/tweets-naive-bayes

A tweets classifier designed to classify the tweets into harmful and normal (not-harmful) tweets according to their content (as a text)

Primary LanguagePython

Tweets Naive Bayes Classifier

Description

This project is a Naive Bayes classifier implemented in Python to categorize tweets. It uses machine learning techniques to analyze text and determine the sentiment of tweets as positive, negative, or neutral. This classifier can be useful in social media analytics, marketing analysis, and more.

Features

  • Tweet Sentiment Analysis: Classify tweets into positive, negative, or neutral categories.
  • Data Preprocessing: Includes scripts for cleaning and preparing tweet data for analysis.
  • Model Training and Evaluation: Scripts to train the Naive Bayes model and evaluate its accuracy.

How we did it

  1. We began by utilizing a dataset of labeled tweets, with labels assigned as 0 or 1—0 for normal tweets and 1 for harmful tweets.
  2. The initial step involved cleaning the dataset by removing unwanted strings such as mentions, hashtags, numbers, emojis, etc. All scripts related to dataset management are availableHERE
  3. After cleaning, we segmented the dataset based on labels. For each category, we further divided the data into training and testing sets and balanced these datasets. You can access all scripts for these processes HERE.
  4. Once the dataset was prepared, we moved on to the training phase, where we utilized vectorizers and classifiers saved as .pkl models. The trained models can be found HERE, aalong with the training script HERE
  5. We trained the model using 20,000 tweets for each label, amounting to a total of 40,000 tweets.
  6. After training, we evaluated the model's performance by measuring its accuracy, precision, recall, and F1 score.

Evaluation Results

At the end we used 3591 tweets for each label, amounting to a total of 7182 tweets.

  • Evaluation Report : The models accuracy is 92.41%, below is a full report of the evaluation where you can find the recision, recall, and f1 score.

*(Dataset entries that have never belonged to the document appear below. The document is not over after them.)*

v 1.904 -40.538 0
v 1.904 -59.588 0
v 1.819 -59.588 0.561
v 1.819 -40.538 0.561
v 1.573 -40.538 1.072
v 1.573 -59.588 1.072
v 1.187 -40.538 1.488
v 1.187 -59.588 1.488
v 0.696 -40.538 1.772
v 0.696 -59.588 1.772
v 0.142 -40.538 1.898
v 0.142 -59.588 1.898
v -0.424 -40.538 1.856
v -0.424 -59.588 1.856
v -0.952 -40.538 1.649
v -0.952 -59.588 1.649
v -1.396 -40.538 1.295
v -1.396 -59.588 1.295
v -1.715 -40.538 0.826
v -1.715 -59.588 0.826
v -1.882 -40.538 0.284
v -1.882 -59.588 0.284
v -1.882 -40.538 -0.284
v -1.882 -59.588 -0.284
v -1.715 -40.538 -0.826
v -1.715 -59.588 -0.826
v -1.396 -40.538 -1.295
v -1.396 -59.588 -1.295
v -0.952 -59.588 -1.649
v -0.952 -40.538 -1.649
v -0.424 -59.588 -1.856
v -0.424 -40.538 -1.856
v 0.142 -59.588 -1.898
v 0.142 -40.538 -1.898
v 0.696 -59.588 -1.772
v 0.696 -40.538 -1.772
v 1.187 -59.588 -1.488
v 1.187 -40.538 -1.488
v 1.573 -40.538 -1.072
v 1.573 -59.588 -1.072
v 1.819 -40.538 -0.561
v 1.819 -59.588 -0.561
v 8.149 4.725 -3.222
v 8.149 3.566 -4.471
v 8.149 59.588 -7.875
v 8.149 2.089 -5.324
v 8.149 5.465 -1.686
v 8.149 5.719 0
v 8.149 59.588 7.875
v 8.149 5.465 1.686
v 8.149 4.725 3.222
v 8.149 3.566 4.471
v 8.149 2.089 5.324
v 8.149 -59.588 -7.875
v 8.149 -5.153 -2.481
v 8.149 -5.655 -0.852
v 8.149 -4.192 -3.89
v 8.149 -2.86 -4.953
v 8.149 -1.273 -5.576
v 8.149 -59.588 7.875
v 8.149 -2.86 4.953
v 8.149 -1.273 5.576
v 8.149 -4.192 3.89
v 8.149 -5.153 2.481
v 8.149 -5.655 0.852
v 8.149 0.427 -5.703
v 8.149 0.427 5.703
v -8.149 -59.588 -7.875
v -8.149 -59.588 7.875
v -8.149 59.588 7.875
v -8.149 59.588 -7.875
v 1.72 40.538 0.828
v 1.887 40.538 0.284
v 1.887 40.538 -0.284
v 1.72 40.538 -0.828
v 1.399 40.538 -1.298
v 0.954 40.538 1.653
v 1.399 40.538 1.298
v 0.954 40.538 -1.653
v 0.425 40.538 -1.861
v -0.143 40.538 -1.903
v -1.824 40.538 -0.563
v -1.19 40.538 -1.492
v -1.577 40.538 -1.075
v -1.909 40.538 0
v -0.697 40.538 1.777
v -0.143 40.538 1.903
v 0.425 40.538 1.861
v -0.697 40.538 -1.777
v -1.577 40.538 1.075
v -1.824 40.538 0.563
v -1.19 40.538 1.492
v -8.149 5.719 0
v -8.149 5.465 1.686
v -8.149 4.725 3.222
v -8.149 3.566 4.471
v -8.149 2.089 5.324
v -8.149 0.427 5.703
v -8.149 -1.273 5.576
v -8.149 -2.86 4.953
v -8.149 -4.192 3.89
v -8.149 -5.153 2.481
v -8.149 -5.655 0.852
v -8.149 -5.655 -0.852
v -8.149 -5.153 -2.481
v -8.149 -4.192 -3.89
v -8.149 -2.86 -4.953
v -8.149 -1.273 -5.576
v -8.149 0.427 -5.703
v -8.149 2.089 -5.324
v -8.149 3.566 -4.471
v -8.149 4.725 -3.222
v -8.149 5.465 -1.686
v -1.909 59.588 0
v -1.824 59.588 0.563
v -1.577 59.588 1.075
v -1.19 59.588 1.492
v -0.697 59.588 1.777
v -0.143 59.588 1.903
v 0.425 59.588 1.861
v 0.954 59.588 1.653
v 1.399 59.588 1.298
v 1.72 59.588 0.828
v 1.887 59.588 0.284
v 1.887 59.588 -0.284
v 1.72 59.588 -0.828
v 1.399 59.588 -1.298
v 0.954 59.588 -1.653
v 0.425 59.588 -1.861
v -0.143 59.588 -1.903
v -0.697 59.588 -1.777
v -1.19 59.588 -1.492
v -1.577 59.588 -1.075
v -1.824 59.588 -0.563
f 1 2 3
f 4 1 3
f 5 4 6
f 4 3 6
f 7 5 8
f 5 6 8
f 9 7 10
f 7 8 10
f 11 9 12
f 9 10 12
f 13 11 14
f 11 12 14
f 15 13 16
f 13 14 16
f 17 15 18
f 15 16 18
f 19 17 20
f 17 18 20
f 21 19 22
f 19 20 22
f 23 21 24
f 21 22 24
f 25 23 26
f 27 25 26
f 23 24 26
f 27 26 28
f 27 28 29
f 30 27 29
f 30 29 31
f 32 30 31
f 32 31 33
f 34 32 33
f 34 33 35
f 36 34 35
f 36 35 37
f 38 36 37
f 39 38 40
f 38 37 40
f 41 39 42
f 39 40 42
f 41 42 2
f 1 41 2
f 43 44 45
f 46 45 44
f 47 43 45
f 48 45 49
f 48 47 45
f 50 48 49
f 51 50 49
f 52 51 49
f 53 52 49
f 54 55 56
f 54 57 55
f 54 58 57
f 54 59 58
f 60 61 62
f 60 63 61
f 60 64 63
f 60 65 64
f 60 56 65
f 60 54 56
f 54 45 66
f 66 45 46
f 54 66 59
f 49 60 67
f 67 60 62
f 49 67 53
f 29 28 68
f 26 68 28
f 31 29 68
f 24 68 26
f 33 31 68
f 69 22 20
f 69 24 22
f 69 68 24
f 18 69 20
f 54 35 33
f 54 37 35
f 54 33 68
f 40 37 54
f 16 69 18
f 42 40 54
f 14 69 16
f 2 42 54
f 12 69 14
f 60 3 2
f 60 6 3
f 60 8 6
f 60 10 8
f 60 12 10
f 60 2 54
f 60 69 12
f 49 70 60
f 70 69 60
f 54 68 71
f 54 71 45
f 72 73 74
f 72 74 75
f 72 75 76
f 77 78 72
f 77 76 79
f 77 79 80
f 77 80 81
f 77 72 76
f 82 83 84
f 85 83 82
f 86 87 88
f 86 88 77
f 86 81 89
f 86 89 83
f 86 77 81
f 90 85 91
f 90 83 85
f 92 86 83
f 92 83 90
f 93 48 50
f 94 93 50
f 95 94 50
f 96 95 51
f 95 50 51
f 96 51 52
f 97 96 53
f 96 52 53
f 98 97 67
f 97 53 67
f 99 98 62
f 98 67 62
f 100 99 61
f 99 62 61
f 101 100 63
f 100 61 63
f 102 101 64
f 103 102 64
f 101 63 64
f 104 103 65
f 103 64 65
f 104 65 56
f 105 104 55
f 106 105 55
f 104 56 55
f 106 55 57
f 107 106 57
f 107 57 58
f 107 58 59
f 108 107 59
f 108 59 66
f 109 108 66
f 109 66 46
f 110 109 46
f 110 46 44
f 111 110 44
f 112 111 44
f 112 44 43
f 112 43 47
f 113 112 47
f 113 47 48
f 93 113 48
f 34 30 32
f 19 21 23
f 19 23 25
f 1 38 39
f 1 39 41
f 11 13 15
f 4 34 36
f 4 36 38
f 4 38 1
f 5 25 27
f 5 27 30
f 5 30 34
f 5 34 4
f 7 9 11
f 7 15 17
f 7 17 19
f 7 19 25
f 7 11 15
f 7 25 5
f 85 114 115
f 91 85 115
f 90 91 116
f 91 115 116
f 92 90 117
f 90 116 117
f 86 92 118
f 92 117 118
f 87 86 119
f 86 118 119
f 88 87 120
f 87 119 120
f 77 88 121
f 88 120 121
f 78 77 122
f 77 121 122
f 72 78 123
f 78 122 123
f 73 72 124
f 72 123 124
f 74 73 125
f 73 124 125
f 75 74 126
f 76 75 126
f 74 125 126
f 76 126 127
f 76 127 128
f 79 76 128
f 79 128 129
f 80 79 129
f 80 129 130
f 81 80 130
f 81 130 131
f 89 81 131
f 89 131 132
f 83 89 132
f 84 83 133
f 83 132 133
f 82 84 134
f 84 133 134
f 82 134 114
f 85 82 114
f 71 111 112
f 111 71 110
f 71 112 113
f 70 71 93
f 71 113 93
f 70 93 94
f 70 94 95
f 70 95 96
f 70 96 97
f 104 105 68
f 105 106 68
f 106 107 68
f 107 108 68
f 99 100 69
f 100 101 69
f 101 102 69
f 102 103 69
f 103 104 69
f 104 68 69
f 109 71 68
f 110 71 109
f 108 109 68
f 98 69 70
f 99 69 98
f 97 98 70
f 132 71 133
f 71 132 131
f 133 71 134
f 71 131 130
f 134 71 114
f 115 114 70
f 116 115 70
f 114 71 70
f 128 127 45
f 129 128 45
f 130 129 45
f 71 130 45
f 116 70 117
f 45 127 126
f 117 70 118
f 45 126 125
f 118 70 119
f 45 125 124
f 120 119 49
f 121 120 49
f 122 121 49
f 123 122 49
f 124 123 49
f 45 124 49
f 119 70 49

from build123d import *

# Parameters (mm, degrees)
F0_W          = 16.298802
F0_H          = 15.749276
F1_DEPTH      = 59.5884
F1_DEPTH_BACK = 59.5884
F2_R          = 5.719222
F3_DEPTH      = 18.542
F4_R          = 1.903741
F5_DEPTH      = 19.05
F6_R          = 1.908705
F7_DEPTH      = 19.05


with BuildPart() as f1:
    # F0 (on Front) → F1 (new body, two sides)
    with BuildSketch(Plane.XZ) as f1_sk:
        Rectangle(F0_W, F0_H)
    extrude(amount=F1_DEPTH)
    extrude(f1_sk.sketch, amount=-F1_DEPTH_BACK)

    # F2 (on face) → F3 (cut)
    with BuildSketch(Plane.YZ.offset(8.149401)):
        Circle(F2_R)
    extrude(amount=-F3_DEPTH, mode=Mode.SUBTRACT)

    # F4 (on face) → F5 (cut)
    with BuildSketch(Plane.XZ.offset(59.5884)):
        Circle(F4_R)
    extrude(amount=-F5_DEPTH, mode=Mode.SUBTRACT)

    # F6 (on face) → F7 (cut)
    with BuildSketch(Plane(origin=(0, 59.5884, 0), x_dir=(-1, 0, 0), z_dir=(0, 1, 0))):
        Circle(F6_R)
    extrude(amount=-F7_DEPTH, mode=Mode.SUBTRACT)


solid = f1.part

evaluation/evaluation-report.png

  • Precision, Recall, and F1-Score :

evaluation/precision-recall-f1.png

  • Confusion Metrix:

evaluation/confusion-metrix.png

Installation

To set up this project, you will need Python installed on your machine. You can clone this repository and install the required dependencies as follows:

git clone https://github.com/Jawabreh0/tweets-naive-baye.git
cd tweets-naive-bayes
python classification.py